From the "Parsec-Astrorama" Club (Nice, France):

Last night, about 40 person were waiting for this astronomical
phenomenon.  It began at 1h30 (local time). At this moment few Leonids
were visible.  At 3h we could easily estimate that 1 000 - 1 200
Leonids per hour were visible in the sky. Beautiful !!!!

From the CDEPA-Astronomical Observatory (Tavira, Algarve, Portugal):

Observations commenced 23.00 UT 17th of November. Leonid activity low,
Taurids observed at ZHR approx 10.  

24.00 UT Leonid activity still low, Taurid and sporadic rates 
         increasing slowly.
01.00 UT 18 November first earth grazing Leonids Mag -2 , 60: long trails,
         rates increasing rapidly.
01.30 UT a Leonid every 10 seconds now.
02.00 UT PEAK!  more than one Leonid per second now!, furious activity.
         Working with 10 cameras clicking and 2 television crews here.
         Sky conditions excelent, Mag +6. No Wind, No Dew.

Looking forward to next year!!!

Clive Jackson

From Francisco Jose Bellido (Agrupacion Astronomica Mizar, Montilla, Spain):

I observed the Leonids with 15 students of an Astronomy class at
Instituto Inca Garcilaso in Montilla (South of Spain). We started at
23:30 UT and finished at 3:30 UT. This was an impressive storm. By far
the best I have seen in all these years as a stargazer. We counted more
than 40 meteorites per minute. There weren't many bright fallen stars
but many of them appeared in pairs. I was astonished by the incredible
green colour of some meteors trails.

From Raul Lima (Porto, Portugal):

The observations reported below were done in Sande, Marco de
Canaveses, Portugal (about 41.05 N, 8.1 W, 40+ km E from Porto) with
cloudless skies, an almost clear horizon at East (exception made for a
nice-when-there-are-no-leonids-meteor-showers tree... but without
leaves, thankfully...), clear at South and West, clear above 10
degrees at North and partially blocked at Northwest.

The magnitude limit after 1h30 UT was about 6.1 at 40 degrees from the
horizon (East and North), and a little below that value in the other

Starting our observation at about 0.0 UT, we saw very few meteors until
about 1.0 UT (but during the first half hour the moon was still above
the horizon); after 1:00 UT there was a notorious crescendo - about
600 meteors/hour between 1h35 and 1h45 UT - with a peak between 2:00
UT and 2:20 UT of above 750 meteors/hour.
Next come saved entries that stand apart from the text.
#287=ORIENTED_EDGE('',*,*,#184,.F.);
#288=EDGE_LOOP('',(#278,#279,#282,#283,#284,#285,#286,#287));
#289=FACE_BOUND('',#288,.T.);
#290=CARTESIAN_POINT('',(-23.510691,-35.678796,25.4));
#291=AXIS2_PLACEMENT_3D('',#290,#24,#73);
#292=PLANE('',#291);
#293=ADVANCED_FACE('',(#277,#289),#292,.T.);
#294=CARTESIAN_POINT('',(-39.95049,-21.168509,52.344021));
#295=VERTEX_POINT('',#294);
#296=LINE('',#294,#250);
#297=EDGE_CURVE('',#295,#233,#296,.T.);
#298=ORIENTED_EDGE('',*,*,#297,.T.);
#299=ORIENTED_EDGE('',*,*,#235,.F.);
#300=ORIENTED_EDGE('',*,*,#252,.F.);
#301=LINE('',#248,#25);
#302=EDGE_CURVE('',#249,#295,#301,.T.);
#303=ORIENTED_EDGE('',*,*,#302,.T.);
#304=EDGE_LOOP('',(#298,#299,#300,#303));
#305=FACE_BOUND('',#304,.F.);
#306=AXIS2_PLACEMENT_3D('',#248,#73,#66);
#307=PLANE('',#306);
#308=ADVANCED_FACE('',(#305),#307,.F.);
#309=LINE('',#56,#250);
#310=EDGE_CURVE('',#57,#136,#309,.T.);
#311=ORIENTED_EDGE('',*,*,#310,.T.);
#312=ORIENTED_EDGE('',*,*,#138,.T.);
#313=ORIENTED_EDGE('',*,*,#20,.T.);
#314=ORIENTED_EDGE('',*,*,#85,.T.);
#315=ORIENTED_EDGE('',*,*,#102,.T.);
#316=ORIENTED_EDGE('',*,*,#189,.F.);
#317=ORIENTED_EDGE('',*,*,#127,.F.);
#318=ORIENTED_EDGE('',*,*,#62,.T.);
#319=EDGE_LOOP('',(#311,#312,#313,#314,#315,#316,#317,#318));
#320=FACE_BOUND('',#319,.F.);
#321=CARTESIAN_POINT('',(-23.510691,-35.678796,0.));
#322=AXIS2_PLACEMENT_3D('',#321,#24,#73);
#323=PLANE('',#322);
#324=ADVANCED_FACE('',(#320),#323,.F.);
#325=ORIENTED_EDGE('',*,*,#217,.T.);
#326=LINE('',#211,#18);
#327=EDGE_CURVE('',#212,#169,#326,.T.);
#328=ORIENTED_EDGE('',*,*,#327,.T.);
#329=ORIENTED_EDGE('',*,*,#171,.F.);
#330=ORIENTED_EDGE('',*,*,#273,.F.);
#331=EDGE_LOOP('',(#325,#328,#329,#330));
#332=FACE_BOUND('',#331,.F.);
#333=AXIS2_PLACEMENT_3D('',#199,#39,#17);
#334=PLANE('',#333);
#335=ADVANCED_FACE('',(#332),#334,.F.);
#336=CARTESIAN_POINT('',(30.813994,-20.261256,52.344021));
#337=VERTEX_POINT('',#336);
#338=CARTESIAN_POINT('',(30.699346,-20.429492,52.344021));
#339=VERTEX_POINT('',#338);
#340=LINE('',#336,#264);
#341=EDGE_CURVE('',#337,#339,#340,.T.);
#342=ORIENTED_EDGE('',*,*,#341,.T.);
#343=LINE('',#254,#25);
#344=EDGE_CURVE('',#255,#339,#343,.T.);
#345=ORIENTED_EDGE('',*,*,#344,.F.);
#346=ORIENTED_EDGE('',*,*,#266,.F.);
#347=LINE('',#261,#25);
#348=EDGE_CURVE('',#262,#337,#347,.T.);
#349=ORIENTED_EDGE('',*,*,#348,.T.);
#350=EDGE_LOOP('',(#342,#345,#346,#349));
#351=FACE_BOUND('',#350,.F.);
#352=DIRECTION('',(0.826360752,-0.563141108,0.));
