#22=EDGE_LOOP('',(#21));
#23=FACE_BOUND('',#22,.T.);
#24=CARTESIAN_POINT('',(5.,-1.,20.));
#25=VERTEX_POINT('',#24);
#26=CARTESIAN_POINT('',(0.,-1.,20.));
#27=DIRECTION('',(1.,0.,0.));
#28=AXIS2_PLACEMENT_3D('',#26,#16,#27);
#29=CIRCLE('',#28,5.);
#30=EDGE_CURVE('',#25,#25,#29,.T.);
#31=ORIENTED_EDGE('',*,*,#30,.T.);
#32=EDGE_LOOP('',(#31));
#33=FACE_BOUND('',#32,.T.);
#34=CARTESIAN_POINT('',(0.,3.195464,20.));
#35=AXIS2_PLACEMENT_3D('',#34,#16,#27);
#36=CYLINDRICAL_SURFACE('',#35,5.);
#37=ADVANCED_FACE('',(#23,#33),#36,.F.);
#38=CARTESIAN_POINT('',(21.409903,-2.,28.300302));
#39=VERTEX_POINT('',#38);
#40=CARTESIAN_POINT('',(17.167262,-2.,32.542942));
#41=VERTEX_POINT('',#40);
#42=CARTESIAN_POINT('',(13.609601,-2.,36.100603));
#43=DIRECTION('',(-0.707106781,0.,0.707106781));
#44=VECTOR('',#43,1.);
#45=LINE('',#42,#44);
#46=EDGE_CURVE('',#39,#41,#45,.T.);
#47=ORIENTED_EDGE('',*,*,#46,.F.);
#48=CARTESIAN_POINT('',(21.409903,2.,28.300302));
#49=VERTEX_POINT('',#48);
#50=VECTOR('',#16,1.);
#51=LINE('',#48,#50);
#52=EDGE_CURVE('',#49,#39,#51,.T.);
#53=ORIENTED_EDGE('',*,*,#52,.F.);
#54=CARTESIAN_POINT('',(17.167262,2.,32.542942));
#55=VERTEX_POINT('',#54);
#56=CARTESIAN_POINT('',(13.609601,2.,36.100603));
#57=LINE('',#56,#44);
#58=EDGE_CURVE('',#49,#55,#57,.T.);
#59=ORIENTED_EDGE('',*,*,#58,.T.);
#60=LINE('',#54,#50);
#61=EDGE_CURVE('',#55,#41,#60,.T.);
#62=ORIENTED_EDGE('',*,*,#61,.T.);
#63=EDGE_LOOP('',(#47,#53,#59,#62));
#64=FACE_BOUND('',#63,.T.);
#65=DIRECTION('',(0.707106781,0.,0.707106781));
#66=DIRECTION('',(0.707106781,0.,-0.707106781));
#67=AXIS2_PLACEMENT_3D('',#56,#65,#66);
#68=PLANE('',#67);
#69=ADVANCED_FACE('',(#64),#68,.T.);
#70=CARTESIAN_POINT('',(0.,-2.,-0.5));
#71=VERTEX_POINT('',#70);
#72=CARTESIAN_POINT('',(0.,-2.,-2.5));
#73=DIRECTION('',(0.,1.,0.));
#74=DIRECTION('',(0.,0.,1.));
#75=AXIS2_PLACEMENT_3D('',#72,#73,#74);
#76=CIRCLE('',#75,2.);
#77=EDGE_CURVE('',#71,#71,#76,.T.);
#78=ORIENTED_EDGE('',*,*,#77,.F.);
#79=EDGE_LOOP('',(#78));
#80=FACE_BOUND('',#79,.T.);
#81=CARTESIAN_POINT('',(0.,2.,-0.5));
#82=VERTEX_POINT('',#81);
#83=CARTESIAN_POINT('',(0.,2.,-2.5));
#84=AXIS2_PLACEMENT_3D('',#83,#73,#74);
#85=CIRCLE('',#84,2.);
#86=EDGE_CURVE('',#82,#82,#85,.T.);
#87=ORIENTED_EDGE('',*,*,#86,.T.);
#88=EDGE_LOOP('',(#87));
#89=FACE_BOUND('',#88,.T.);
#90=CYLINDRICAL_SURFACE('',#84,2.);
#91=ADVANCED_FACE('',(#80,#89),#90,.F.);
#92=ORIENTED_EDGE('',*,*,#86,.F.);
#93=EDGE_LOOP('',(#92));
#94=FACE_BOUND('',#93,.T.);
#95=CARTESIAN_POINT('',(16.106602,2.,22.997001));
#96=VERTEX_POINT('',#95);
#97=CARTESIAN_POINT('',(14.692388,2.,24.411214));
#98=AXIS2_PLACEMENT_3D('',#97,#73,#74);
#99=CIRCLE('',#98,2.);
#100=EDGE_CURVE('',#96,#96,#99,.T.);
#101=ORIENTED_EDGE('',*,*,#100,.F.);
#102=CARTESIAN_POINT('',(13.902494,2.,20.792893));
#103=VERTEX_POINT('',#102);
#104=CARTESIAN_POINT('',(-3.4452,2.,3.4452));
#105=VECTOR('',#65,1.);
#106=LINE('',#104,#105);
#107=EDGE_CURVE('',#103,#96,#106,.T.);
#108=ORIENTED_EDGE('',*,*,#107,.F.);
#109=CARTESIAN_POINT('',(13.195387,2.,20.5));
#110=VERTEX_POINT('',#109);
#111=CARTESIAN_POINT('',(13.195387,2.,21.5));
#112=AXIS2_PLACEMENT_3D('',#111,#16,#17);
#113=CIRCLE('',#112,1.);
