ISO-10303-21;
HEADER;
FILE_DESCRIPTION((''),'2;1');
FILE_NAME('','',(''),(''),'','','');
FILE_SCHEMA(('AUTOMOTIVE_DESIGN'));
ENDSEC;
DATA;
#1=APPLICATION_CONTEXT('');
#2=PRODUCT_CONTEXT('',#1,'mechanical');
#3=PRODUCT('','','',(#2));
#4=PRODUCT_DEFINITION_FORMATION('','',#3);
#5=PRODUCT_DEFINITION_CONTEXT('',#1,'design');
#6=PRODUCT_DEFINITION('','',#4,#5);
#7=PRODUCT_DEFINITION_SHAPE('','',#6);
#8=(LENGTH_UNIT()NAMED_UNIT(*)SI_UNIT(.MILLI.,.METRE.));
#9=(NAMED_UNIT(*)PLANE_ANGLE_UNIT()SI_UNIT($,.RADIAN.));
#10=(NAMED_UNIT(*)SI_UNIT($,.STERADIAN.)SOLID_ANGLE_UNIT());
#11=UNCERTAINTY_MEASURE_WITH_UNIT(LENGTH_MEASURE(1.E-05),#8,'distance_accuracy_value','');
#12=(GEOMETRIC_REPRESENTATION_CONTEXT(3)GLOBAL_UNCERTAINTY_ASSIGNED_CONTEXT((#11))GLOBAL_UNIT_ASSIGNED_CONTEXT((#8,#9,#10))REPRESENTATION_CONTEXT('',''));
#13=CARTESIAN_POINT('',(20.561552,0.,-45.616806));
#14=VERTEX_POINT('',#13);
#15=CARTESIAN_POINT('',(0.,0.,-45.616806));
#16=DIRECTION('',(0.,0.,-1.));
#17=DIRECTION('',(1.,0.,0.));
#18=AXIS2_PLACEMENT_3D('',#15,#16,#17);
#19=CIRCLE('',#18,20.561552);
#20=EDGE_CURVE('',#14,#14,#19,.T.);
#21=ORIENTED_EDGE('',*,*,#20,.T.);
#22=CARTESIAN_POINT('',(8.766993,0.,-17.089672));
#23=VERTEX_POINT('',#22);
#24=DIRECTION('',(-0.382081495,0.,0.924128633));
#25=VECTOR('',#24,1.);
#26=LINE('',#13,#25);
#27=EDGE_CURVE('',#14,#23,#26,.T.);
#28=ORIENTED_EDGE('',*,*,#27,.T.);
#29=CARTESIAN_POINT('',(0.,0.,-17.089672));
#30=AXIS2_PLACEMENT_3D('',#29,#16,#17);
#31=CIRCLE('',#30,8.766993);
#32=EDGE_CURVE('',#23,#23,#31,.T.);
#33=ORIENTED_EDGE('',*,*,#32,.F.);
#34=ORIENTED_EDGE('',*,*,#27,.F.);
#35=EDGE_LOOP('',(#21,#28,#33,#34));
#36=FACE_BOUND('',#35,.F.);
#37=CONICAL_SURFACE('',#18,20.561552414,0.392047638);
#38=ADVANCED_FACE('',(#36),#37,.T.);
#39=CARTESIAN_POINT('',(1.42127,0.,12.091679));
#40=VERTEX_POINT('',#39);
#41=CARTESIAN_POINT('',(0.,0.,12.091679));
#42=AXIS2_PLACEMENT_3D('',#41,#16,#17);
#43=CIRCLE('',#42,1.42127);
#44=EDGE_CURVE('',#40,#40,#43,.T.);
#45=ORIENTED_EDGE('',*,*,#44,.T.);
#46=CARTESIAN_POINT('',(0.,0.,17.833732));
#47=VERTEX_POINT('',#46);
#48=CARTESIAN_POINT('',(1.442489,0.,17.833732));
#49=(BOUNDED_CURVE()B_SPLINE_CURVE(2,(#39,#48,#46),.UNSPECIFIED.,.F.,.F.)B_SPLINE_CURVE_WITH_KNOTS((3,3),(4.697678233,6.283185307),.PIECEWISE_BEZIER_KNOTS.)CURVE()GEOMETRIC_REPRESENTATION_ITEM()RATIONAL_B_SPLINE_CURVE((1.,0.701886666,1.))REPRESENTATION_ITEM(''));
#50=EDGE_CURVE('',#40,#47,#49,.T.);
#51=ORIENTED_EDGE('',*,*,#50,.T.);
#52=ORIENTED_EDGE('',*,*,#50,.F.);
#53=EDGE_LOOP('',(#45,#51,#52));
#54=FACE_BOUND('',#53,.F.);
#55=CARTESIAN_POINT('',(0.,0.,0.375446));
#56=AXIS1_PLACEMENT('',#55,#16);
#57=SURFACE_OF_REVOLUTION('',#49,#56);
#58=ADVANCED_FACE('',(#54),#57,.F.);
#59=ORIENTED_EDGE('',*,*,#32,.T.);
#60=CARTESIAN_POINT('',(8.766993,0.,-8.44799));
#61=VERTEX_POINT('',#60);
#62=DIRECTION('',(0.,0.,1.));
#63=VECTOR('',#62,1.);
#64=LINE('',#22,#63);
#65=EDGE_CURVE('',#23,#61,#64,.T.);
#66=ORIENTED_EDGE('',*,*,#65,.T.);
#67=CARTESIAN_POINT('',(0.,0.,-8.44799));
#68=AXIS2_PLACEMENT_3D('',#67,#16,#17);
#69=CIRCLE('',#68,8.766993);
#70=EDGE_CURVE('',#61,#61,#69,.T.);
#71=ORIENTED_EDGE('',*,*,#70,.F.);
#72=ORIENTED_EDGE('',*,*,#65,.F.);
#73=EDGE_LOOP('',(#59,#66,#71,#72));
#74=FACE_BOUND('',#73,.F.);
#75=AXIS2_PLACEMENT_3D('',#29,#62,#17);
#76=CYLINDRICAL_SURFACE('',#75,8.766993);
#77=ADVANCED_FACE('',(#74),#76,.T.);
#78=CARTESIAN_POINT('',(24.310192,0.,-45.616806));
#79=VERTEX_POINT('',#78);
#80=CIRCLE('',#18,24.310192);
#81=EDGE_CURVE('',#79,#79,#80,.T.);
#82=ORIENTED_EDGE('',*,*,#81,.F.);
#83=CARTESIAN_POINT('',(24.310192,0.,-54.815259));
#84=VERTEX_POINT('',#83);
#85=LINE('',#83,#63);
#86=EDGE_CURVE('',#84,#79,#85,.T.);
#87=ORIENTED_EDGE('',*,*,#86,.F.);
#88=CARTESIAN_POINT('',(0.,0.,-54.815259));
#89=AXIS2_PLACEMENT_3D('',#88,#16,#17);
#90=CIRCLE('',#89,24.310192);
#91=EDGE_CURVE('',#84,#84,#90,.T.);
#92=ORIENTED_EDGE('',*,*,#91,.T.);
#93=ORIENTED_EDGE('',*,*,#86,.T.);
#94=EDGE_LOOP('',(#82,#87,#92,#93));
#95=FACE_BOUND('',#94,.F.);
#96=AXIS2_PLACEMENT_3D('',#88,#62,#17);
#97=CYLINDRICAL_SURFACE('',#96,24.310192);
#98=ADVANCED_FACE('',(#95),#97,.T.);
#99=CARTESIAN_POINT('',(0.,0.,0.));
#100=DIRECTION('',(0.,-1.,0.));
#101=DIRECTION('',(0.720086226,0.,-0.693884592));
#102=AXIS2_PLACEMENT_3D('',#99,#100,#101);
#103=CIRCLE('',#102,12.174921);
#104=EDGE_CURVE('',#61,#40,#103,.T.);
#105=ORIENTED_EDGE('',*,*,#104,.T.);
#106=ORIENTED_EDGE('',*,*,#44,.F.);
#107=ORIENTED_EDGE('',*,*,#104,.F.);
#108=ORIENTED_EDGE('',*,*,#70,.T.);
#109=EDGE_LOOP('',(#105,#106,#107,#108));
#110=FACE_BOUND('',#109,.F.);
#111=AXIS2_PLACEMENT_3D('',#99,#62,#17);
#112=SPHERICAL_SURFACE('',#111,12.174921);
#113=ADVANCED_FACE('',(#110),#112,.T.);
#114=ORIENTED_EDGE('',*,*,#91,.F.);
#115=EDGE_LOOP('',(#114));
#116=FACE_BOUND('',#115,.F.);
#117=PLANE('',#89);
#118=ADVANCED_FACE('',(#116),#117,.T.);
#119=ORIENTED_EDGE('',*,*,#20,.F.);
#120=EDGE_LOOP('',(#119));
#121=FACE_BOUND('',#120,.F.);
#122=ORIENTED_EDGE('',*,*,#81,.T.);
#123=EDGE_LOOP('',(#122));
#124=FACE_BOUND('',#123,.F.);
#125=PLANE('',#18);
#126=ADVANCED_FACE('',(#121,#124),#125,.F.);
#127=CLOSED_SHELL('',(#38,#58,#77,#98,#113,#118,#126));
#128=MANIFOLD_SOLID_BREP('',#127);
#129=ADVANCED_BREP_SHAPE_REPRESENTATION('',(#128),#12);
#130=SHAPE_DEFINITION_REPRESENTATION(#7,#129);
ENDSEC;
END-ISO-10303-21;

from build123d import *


with BuildPart() as f1:
    # F0 (on Front) → F1 (revolve)
    with BuildSketch(Plane.XZ):
        with BuildLine():
            Line((0, 17.8337320685), (0, -54.8152588308))
            Line((0, -54.8152588308), (24.3101920933, -54.8152588308))
            Line((24.3101920933, -54.8152588308), (24.3101920933, -45.6168055534))
            Line((24.3101920933, -45.6168055534), (20.561552414, -45.6168055534))
            Line((20.561552414, -45.6168055534), (8.7669930706, -17.0896715711))
            Line((8.7669930706, -17.0896715711), (8.7669930706, -8.4479902372))
            ThreePointArc((8.7669930706, -8.4479902372), (11.4638422011, 4.0998815271), (1.4212700133, 12.0916788783))
            add(Edge.make_bspline(
                [(1.4212700133, 12.0916788783), (1.4424893444, 17.8337320685), (0, 17.8337320685)],
                knots=[4.6976782329, 4.6976782329, 4.6976782329, 6.2831853072, 6.2831853072, 6.2831853072], degree=2, weights=[1, 0.7018866658, 1]))
        make_face()
    revolve(axis=Axis((0, 0, 0.3754459321), (0, 0, -1)))


solid = f1.part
Many faint meteors and few
fireballs (one of them with fragmentation, in south Monoceros). Around
the peak several (3, 4, five and even 6, once) simultaneous, making it
difficult to count, sometimes.

After 2h30 UT there was an also notorious decrease, with a slight peak
between 3h00 and 3h05 (not counted; maybe 5-6/ minute), when a short but
very bright fireball was seen, around magnitude -7. That fireball started
another show until about 4h45, where some -3 and -4 fireballs (one orange
but generally white-green) were seen, near Leo, among some swift and long
magnitude 1 and 2 meteors. The rate had then decreased to about 2-3/minute.
The observation ended at 5h10 UT.

Until about 3H00 UT, the observations were made with Cristina Dordio, Luis
Paulo Carrasqueiro, Filipe Pires and Elsa.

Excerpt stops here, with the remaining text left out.